Consider the essence of the dominant organisational model, aka the hierarchical bureaucracy: 1) Higher-ups whose job is to instruct subordinates on how to work and then to control them, hence the hierarchy. 2) Procedures these higher-ups put in place to save time instead of repeating the same instructions over and over, hence the bureaucracy.
The message implicitly broadcasted to employees with these instructions and procedures is simple: 'You can’t do this thing on your own. Neither can you be trusted to do what you are instructed well without supervision.'
Psychologists know that when facing such 'parents' a 'child' reverts either to compliance ('just tell me what I must do and I will do it') or to rebellion ('I’ll make you regret your order').
Because performance rarely accompanies these childish behaviours, companies correct them in the only way they know: with more layers and procedures. Understandably, these lead to even more employee infantilisation, until the company is stuck in the grind. Then it proceeds with some kind of delayering and downsizing change project, which buys it some time. Or it is simply slowly crumbling under its own bureaucratic and hierarchical weight, which takes time too.
Meanwhile, the majority of employees continue in their nine to five mode, if not worse. According to a 2017 Gallup survey 68% of UK employees are disengaged in their organisations – the 'yes men' – while 21% are actively disengaged – the rebels. The collateral damage of the actively disengaged employees is estimated by Gallup to cost the UK £84.3 billion to £87.2 billion each year in lost productivity. But there is more. According to research, between 75% and 90% of visits to general practitioners are somatisations of work stress, of which the primary cause is the lack of control over one’s task.
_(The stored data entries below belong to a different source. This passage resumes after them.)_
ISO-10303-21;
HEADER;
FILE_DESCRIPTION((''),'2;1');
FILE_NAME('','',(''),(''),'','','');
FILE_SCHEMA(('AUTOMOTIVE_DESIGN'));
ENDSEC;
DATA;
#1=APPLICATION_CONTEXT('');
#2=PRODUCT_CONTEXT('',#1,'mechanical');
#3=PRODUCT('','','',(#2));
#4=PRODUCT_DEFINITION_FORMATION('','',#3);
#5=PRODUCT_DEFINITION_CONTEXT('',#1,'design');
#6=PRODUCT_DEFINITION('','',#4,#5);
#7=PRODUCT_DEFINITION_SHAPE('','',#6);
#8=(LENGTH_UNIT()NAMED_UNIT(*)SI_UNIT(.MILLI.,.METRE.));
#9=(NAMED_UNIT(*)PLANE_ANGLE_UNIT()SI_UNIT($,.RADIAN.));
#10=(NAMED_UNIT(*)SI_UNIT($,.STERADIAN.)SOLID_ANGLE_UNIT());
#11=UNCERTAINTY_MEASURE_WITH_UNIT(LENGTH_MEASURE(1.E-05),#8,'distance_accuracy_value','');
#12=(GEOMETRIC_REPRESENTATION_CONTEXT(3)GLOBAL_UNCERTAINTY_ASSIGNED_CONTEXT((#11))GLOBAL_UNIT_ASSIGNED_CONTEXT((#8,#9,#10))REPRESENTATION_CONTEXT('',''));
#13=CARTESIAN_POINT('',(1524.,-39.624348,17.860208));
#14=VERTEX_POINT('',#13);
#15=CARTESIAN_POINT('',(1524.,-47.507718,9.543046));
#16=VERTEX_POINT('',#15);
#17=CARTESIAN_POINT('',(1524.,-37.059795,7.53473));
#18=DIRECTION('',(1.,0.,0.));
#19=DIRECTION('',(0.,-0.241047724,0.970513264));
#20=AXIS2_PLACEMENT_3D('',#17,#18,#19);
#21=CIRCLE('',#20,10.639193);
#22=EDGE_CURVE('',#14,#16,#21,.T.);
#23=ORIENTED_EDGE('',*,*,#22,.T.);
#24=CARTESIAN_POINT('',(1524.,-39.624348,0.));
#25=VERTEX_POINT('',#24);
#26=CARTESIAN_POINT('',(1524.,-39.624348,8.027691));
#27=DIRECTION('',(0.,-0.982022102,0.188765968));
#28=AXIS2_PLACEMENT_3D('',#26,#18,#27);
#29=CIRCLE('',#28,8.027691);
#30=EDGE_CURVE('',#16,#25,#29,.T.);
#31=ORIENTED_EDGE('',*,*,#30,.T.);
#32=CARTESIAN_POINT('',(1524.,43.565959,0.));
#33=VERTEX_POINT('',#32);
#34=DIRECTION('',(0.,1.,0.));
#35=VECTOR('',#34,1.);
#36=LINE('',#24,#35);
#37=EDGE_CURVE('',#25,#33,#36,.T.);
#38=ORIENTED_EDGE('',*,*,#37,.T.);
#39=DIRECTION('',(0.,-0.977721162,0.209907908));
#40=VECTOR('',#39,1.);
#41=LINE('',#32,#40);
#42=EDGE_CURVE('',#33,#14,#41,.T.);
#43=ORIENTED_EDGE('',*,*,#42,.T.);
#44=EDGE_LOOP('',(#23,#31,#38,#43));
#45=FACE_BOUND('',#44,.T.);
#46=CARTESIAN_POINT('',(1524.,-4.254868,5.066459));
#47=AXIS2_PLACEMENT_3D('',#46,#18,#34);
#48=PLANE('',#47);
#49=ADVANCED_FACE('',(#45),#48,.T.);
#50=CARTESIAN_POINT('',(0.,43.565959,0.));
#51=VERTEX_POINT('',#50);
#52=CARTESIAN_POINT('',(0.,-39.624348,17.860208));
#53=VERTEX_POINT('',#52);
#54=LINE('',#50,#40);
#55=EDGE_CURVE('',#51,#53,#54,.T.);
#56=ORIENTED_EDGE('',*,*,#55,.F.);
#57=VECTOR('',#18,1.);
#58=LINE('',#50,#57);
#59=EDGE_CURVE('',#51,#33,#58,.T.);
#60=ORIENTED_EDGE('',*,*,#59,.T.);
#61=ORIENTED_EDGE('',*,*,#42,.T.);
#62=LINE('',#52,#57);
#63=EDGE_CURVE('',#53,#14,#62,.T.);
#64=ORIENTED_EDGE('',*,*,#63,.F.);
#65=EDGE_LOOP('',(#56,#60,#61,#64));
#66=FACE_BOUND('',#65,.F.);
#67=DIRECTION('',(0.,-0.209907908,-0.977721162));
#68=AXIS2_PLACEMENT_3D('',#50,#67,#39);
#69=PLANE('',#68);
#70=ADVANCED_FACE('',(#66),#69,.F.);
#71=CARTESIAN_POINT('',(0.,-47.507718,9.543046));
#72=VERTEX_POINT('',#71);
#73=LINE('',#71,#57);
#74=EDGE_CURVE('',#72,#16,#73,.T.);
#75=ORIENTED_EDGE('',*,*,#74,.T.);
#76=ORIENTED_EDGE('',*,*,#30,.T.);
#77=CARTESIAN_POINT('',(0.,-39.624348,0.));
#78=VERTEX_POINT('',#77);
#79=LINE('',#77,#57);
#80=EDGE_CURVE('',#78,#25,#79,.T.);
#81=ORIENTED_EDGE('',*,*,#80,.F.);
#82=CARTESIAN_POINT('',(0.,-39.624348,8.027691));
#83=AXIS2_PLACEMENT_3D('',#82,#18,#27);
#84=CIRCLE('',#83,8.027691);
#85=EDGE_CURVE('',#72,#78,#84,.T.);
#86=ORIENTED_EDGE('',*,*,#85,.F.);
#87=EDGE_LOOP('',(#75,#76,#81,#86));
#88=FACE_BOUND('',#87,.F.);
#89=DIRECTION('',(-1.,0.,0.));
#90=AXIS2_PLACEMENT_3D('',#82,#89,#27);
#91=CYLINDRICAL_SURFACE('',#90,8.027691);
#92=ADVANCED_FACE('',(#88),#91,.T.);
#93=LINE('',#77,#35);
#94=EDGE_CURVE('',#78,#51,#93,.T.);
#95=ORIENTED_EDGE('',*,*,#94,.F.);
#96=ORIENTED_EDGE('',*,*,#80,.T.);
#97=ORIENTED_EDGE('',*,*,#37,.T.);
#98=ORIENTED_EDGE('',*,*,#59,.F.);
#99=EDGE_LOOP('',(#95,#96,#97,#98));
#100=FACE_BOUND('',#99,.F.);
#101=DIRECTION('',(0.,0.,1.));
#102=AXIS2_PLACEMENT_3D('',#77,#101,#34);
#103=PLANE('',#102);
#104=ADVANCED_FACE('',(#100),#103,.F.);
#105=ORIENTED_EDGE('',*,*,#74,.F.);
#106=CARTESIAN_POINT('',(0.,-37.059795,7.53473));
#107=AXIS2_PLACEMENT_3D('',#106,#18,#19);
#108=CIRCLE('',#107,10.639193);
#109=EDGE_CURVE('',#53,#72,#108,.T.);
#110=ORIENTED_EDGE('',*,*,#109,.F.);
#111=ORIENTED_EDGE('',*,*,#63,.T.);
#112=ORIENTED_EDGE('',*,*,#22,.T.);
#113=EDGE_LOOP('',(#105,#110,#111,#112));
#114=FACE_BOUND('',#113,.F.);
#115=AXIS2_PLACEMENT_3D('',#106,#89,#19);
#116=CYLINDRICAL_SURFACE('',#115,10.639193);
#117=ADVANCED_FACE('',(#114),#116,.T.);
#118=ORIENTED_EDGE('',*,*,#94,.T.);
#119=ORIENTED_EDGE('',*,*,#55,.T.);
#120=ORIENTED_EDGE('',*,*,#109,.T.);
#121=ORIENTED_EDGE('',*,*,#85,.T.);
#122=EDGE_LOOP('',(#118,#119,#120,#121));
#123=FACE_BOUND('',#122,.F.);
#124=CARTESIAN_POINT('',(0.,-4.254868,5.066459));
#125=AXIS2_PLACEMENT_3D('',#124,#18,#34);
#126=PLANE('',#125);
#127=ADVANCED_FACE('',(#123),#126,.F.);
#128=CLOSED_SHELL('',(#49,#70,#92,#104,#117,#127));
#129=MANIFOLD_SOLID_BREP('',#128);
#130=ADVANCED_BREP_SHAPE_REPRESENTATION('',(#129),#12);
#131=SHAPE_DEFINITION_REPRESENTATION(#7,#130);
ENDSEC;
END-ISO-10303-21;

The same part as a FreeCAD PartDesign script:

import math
import FreeCAD as App
import Part
import Sketcher
Q = App.Units.Quantity

doc = App.newDocument("Part")
body = doc.addObject("PartDesign::Body", "Body")

# Sketch on YZ plane
sketch1 = body.newObject("Sketcher::SketchObject", "Sketch")
sketch1.AttachmentSupport = (doc.getObject("YZ_Plane"), [""])
sketch1.MapMode = "FlatFace"
sketch1.addGeometry([
    Part.ArcOfCircle(Part.Circle(App.Vector(-40, 8, 0), App.Vector(0, 0, 1), 8), math.radians(169), math.radians(270)),
    Part.LineSegment(App.Vector(-40, 0, 0), App.Vector(44, 0, 0)),
    Part.LineSegment(App.Vector(44, 0, 0), App.Vector(-40, 18, 0)),
    Part.ArcOfCircle(Part.Circle(App.Vector(-37, 8, 0), App.Vector(0, 0, 1), 11), math.radians(104), math.radians(169)),
], False)
sketch1.addConstraint([
    Sketcher.Constraint("Tangent", 0, 2, 1, 1),
    Sketcher.Constraint("Coincident", 1, 2, 2, 1),
    Sketcher.Constraint("Coincident", 2, 2, 3, 1),
    Sketcher.Constraint("Tangent", 3, 2, 0, 1),
    Sketcher.Constraint("Horizontal", 1),
    Sketcher.Constraint("PointOnObject", 0, 2, -1),
    Sketcher.Constraint("Vertical", 0, 2, 2, 2),
    Sketcher.Constraint("Radius", 0, Q("8.027691 mm")),
    Sketcher.Constraint("Radius", 3, Q("10.639193 mm")),
    Sketcher.Constraint("DistanceX", 1, 1, 1, 2, Q("83.190307 mm")),
    Sketcher.Constraint("DistanceY", -1, 1, 3, 3, Q("7.53473 mm")),
    Sketcher.Constraint("DistanceX", -1, 1, 1, 2, Q("43.565959 mm")),
])
pad1 = body.newObject("PartDesign::Pad", "Pad")
pad1.Profile = sketch1
pad1.Length = Q("60 in")

doc.recompute()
Think of the costs to the NHS.
This is a sad state of affairs and companies feel it. Increasingly popular wellbeing programmes alleviate some of the symptoms and make work conditions more bearable. Yet meditation or organic food to work stress are like aspirin to a fever: they decrease the symptoms but are not a remedy. It’s the disease that needs to be addressed.
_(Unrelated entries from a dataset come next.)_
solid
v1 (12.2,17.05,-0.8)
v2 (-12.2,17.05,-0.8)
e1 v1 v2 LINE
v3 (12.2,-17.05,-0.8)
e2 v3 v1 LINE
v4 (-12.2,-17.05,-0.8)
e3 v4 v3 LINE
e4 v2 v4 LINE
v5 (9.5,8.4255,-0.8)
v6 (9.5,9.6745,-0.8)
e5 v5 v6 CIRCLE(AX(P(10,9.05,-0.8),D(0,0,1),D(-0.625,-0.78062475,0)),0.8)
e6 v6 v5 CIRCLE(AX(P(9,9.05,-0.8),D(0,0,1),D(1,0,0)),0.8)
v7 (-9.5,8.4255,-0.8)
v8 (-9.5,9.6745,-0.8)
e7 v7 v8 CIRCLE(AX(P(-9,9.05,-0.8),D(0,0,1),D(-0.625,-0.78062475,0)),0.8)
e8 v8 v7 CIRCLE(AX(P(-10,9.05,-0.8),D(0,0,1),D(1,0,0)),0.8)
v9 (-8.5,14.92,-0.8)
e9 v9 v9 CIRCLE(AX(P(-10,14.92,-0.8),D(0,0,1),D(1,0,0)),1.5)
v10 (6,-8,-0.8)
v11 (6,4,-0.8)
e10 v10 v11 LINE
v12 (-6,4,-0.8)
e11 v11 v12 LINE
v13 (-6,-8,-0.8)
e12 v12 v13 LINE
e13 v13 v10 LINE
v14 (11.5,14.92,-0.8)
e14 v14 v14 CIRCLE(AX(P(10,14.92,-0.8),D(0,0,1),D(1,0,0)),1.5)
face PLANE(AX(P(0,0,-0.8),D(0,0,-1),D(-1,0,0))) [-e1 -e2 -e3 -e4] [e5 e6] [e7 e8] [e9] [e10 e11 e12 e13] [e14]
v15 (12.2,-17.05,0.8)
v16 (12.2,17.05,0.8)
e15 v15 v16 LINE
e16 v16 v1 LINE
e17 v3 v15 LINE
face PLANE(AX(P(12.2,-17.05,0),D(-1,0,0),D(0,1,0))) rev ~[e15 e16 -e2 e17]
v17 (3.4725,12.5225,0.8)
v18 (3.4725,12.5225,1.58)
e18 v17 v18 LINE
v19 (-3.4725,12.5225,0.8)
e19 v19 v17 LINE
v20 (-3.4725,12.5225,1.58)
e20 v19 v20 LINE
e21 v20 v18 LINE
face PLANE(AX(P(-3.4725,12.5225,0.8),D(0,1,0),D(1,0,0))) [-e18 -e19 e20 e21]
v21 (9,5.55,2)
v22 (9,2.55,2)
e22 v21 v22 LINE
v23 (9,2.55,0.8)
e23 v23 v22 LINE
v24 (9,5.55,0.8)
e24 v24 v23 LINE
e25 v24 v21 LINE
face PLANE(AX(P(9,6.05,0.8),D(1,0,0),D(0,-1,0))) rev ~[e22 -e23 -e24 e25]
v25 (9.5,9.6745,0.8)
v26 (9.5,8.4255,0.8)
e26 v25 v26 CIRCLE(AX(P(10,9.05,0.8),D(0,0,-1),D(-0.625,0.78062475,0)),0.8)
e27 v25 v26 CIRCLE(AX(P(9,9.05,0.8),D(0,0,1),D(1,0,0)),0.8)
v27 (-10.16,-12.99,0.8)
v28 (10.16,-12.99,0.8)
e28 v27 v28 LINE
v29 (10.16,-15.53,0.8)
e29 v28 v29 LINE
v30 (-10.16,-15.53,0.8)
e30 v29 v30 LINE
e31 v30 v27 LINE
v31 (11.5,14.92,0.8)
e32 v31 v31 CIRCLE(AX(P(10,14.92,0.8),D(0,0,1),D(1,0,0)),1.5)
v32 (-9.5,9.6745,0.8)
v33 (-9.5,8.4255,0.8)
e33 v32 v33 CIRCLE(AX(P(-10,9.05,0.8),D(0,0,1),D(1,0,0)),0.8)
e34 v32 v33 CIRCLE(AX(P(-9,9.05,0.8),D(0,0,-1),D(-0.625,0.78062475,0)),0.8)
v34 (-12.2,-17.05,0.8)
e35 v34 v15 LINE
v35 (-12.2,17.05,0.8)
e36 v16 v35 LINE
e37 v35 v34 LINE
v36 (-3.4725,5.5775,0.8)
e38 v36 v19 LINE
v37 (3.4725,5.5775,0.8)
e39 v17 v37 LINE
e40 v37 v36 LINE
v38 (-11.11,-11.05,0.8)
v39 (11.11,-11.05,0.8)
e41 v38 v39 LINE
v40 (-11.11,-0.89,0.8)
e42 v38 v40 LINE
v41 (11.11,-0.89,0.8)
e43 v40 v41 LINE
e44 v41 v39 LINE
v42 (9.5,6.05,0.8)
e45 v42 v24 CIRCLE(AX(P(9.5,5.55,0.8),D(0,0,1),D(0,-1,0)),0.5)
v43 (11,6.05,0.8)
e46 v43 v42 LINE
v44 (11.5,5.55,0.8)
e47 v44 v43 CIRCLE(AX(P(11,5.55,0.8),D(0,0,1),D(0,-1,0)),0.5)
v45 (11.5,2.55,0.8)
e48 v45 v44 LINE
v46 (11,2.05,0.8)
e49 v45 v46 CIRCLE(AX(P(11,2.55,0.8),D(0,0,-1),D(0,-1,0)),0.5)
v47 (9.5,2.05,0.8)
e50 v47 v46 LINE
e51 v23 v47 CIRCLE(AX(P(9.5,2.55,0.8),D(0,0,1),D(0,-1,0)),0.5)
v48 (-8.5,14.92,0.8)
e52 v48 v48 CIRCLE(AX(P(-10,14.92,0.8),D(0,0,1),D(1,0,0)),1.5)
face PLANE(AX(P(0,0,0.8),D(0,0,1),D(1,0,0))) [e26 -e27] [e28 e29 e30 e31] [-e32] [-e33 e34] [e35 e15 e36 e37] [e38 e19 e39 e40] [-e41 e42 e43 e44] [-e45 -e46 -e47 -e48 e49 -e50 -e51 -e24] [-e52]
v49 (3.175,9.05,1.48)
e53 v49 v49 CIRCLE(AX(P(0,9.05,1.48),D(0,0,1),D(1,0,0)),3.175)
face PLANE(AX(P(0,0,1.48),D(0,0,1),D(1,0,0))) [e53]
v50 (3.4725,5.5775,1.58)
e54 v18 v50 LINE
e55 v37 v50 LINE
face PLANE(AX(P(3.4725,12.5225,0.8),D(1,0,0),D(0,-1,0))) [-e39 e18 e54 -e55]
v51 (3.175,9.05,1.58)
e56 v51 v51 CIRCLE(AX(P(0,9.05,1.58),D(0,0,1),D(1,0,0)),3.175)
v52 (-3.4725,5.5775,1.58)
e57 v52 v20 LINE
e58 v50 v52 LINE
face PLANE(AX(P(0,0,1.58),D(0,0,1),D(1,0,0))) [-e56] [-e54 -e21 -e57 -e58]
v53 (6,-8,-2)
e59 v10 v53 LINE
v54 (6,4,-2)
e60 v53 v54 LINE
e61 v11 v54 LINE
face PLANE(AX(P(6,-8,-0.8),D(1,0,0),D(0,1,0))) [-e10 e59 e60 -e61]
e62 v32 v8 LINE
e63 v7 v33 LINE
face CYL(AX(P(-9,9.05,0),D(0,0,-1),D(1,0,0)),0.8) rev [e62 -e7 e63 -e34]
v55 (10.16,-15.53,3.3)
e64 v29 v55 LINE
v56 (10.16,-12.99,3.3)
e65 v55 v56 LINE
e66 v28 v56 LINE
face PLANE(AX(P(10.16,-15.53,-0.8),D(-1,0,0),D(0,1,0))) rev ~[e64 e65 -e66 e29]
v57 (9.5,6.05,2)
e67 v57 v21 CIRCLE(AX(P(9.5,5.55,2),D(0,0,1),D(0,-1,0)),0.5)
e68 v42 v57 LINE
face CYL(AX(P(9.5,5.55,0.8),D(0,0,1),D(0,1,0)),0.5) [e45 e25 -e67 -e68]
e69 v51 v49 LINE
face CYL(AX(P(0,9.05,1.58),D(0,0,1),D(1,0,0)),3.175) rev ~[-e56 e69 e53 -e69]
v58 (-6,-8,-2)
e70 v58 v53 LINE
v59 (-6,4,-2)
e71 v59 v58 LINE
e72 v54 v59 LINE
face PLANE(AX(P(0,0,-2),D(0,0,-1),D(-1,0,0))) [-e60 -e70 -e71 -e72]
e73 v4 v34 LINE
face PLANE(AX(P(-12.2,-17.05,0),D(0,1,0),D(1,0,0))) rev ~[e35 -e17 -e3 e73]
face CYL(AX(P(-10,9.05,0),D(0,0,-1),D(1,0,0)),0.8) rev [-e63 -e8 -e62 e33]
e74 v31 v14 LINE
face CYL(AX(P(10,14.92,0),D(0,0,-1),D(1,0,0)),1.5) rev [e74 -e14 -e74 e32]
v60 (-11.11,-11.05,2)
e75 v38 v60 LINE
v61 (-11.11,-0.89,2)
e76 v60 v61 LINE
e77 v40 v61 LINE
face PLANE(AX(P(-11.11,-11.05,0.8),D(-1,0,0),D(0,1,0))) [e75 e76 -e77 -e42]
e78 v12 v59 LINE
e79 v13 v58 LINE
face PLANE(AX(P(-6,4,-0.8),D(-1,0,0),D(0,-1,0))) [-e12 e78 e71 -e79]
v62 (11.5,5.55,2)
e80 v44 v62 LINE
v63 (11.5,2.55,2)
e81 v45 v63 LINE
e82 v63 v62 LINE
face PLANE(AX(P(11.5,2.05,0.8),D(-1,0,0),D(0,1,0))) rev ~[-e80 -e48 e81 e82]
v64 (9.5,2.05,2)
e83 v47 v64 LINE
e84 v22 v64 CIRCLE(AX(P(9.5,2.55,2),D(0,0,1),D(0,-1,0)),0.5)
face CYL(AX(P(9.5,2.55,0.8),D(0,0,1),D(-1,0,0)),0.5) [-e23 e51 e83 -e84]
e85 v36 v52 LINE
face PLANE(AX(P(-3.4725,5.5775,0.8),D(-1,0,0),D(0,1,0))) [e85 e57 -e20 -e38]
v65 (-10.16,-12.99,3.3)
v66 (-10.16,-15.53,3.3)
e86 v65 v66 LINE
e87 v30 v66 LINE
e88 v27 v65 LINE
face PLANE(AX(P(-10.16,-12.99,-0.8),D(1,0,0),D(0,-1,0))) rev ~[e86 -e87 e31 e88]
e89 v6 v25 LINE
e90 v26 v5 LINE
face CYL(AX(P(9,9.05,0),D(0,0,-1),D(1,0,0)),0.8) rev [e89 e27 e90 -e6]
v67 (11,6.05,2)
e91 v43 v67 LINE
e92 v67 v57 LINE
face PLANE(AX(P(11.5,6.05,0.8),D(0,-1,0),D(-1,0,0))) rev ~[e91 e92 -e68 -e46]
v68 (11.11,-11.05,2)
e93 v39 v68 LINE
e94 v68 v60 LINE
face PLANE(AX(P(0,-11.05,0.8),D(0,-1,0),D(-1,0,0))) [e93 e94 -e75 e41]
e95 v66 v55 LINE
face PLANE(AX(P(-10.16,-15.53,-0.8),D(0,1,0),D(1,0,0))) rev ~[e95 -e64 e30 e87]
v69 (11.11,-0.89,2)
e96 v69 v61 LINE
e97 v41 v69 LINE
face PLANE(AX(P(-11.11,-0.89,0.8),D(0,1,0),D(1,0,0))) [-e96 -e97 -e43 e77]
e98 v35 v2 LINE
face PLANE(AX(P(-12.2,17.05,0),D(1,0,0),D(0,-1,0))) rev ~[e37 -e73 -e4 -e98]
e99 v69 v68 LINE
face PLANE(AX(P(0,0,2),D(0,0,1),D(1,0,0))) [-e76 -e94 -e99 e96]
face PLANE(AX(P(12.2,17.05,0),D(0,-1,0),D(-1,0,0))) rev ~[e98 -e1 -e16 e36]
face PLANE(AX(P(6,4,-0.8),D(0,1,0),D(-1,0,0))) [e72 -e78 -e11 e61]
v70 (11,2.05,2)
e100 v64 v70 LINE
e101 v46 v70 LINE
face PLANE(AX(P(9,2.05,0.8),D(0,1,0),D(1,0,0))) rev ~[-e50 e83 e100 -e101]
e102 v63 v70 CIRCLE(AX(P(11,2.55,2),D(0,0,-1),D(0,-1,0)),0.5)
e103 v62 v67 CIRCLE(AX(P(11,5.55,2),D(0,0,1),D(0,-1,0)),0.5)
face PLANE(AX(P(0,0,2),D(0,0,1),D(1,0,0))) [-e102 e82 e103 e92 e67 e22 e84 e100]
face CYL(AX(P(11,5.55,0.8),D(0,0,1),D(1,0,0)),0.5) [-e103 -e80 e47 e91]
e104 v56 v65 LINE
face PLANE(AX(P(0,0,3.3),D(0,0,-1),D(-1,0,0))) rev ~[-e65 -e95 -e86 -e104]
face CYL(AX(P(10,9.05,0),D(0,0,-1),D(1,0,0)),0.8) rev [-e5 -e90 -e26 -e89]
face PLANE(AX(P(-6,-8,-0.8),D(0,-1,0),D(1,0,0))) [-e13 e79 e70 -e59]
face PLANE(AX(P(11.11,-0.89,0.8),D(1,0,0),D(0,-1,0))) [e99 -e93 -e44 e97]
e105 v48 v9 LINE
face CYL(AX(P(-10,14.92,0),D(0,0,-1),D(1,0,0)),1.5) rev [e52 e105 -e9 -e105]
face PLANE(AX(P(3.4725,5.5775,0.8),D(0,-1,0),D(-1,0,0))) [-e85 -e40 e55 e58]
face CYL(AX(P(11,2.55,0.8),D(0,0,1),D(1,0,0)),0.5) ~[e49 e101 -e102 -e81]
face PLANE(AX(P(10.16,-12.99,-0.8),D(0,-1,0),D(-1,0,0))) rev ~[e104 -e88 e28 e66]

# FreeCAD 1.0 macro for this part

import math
import FreeCAD as App
import Part
import Sketcher
from FreeCAD import Vector
Q = App.Units.Quantity


def edges_at(feature, points):
    """Names of the edges that pass closest to the given points."""
    edges = feature.Shape.Edges
    near = lambda p: min(range(len(edges)), key=lambda i: edges[i].distToShape(Part.Vertex(*p))[0])
    return sorted({f"Edge{near(p) + 1}" for p in points})


def add_polygon(sketch, points):
    """Adds a closed chain of lines whose ends are joined by coincident constraints."""
    first, n = sketch.GeometryCount, len(points)
    for a, b in zip(points, points[1:] + points[:1]):
        sketch.addGeometry(Part.LineSegment(App.Vector(*a, 0), App.Vector(*b, 0)), False)
    for i in range(n):
        sketch.addConstraint(Sketcher.Constraint("Coincident", first + i, 2, first + (i + 1) % n, 1))

doc = App.newDocument("Part")
body = doc.addObject("PartDesign::Body", "Body")

# Sketch on XY plane
sketch1 = body.newObject("Sketcher::SketchObject", "Sketch")
sketch1.AttachmentSupport = (doc.getObject("XY_Plane"), [""])
sketch1.MapMode = "FlatFace"
add_polygon(sketch1, [(-12.2, 17.1), (-12.2, -17.1), (12.2, -17.1), (12.2, 17.1)])  # lines 0-3
sketch1.addGeometry(Part.ArcOfCircle(Part.Circle(Vector(-9, 9.1, 0), Vector(0, 0, 1), 0.8), math.radians(-129), math.radians(129)), False)  # 4
sketch1.addGeometry(Part.ArcOfCircle(Part.Circle(Vector(-10, 9.1, 0), Vector(0, 0, 1), 0.8), math.radians(51), math.radians(309)), False)  # 5
sketch1.addGeometry(Part.Circle(Vector(-10, 14.9, 0), Vector(0, 0, 1), 1.5), False)  # 6
sketch1.addGeometry(Part.ArcOfCircle(Part.Circle(Vector(9, 9.1, 0), Vector(0, 0, 1), 0.8), math.radians(51), math.radians(309)), False)  # 7
sketch1.addGeometry(Part.ArcOfCircle(Part.Circle(Vector(10, 9.1, 0), Vector(0, 0, 1), 0.8), math.radians(-129), math.radians(129)), False)  # 8
sketch1.addGeometry(Part.Circle(Vector(10, 14.9, 0), Vector(0, 0, 1), 1.5), False)  # 9
sketch1.addConstraint(Sketcher.Constraint("Coincident", 4, 1, 5, 2))
sketch1.addConstraint(Sketcher.Constraint("Coincident", 5, 1, 4, 2))
sketch1.addConstraint(Sketcher.Constraint("Coincident", 7, 1, 8, 2))
sketch1.addConstraint(Sketcher.Constraint("Coincident", 8, 1, 7, 2))
sketch1.addConstraint(Sketcher.Constraint("Vertical", 0))
sketch1.addConstraint(Sketcher.Constraint("Horizontal", 1))
sketch1.addConstraint(Sketcher.Constraint("Vertical", 2))
sketch1.addConstraint(Sketcher.Constraint("Horizontal", 3))
sketch1.addConstraint(Sketcher.Constraint("Equal", 4, 5))
sketch1.addConstraint(Sketcher.Constraint("Equal", 5, 7))
sketch1.addConstraint(Sketcher.Constraint("Equal", 7, 8))
sketch1.addConstraint(Sketcher.Constraint("Equal", 6, 9))
sketch1.addConstraint(Sketcher.Constraint("Symmetric", 0, 2, 2, 2, -1, 1))
sketch1.addConstraint(Sketcher.Constraint("Symmetric", 4, 3, 7, 3, -2))
sketch1.addConstraint(Sketcher.Constraint("Symmetric", 5, 3, 8, 3, -2))
sketch1.addConstraint(Sketcher.Constraint("Symmetric", 6, 3, 9, 3, -2))
sketch1.addConstraint(Sketcher.Constraint("Horizontal", 4, 3, 5, 3))
sketch1.addConstraint(Sketcher.Constraint("Vertical", 5, 3, 6, 3))
sketch1.addConstraint(Sketcher.Constraint("Diameter", 6, Q("3 mm")))
sketch1.addConstraint(Sketcher.Constraint("Radius", 4, Q("0.8 mm")))
sketch1.addConstraint(Sketcher.Constraint("DistanceX", 1, 1, 1, 2, Q("24.4 mm")))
The corporate liberation movement – involving hundreds of companies and public sector institutions in Europe, such as Airbus, Decathlon, Michelin, French Social Security and several Belgian ministries – is doing just that. A liberated or freedom-based company is one where the majority of employees enjoy complete freedom and responsibility to take any action that they decide is best for the company’s vision. In other words, liberated companies have unleashed previously-stifled employee initiative and potential.
As a result these employees go to work not because they have to but because they want to, and once there they do the best they possibly can. Some of the companies that use Gallup’s guidance reach 70% engagement – the typical level for liberated companies.
The Belgian Ministry of Transportation entered corporate liberation in 2014. Last week I was sitting next to its HRD before a presentation and he told me its liberation has attained a level where he doesn’t have to be there for the ministry to run smoothly. It was 3:20pm. Suddenly he received an email: 'To all employees – There is a severe fire at an industrial plant around Brussels causing major train delays from the main railway station all afternoon. If you are concerned please leave work ASAP to reach home on time.' The HRD commented: “Three years ago I would be summoned back to an executive emergency meeting to handle the situation. Today it’s the leader who was the first to receive the fire information, who took the initiative to warn all the employees, and to suggest they leave."
He further explained that teams in his ministry decide their schedules, place of work, and how they accomplish their tasks. In other words, they are not sitting in the office waiting for orders and asking permission for anything. And since they behave as grown-ups, naturally, there are no more parents around either. Former executives became leaders in service of their teams; as the ministry now doesn’t have ranks or titles (including the HR director, who considers himself a facilitator providing orientations rather than an executive).
Employees themselves take the initiative and responsibility for what’s best for the ministry’s operations. In comparison to the past these operations are far more effective and more in the interest of the transportation companies and the Belgians using their services.
This is not a surprise. Employees who are treated like grown-ups by their servant leaders carry it over to those they serve. Everyone gains from transforming an organisation from one of parents to one of peers.
Isaac Getz is a professor at ESCP EUROPE Business School, and author of Freedom, Inc.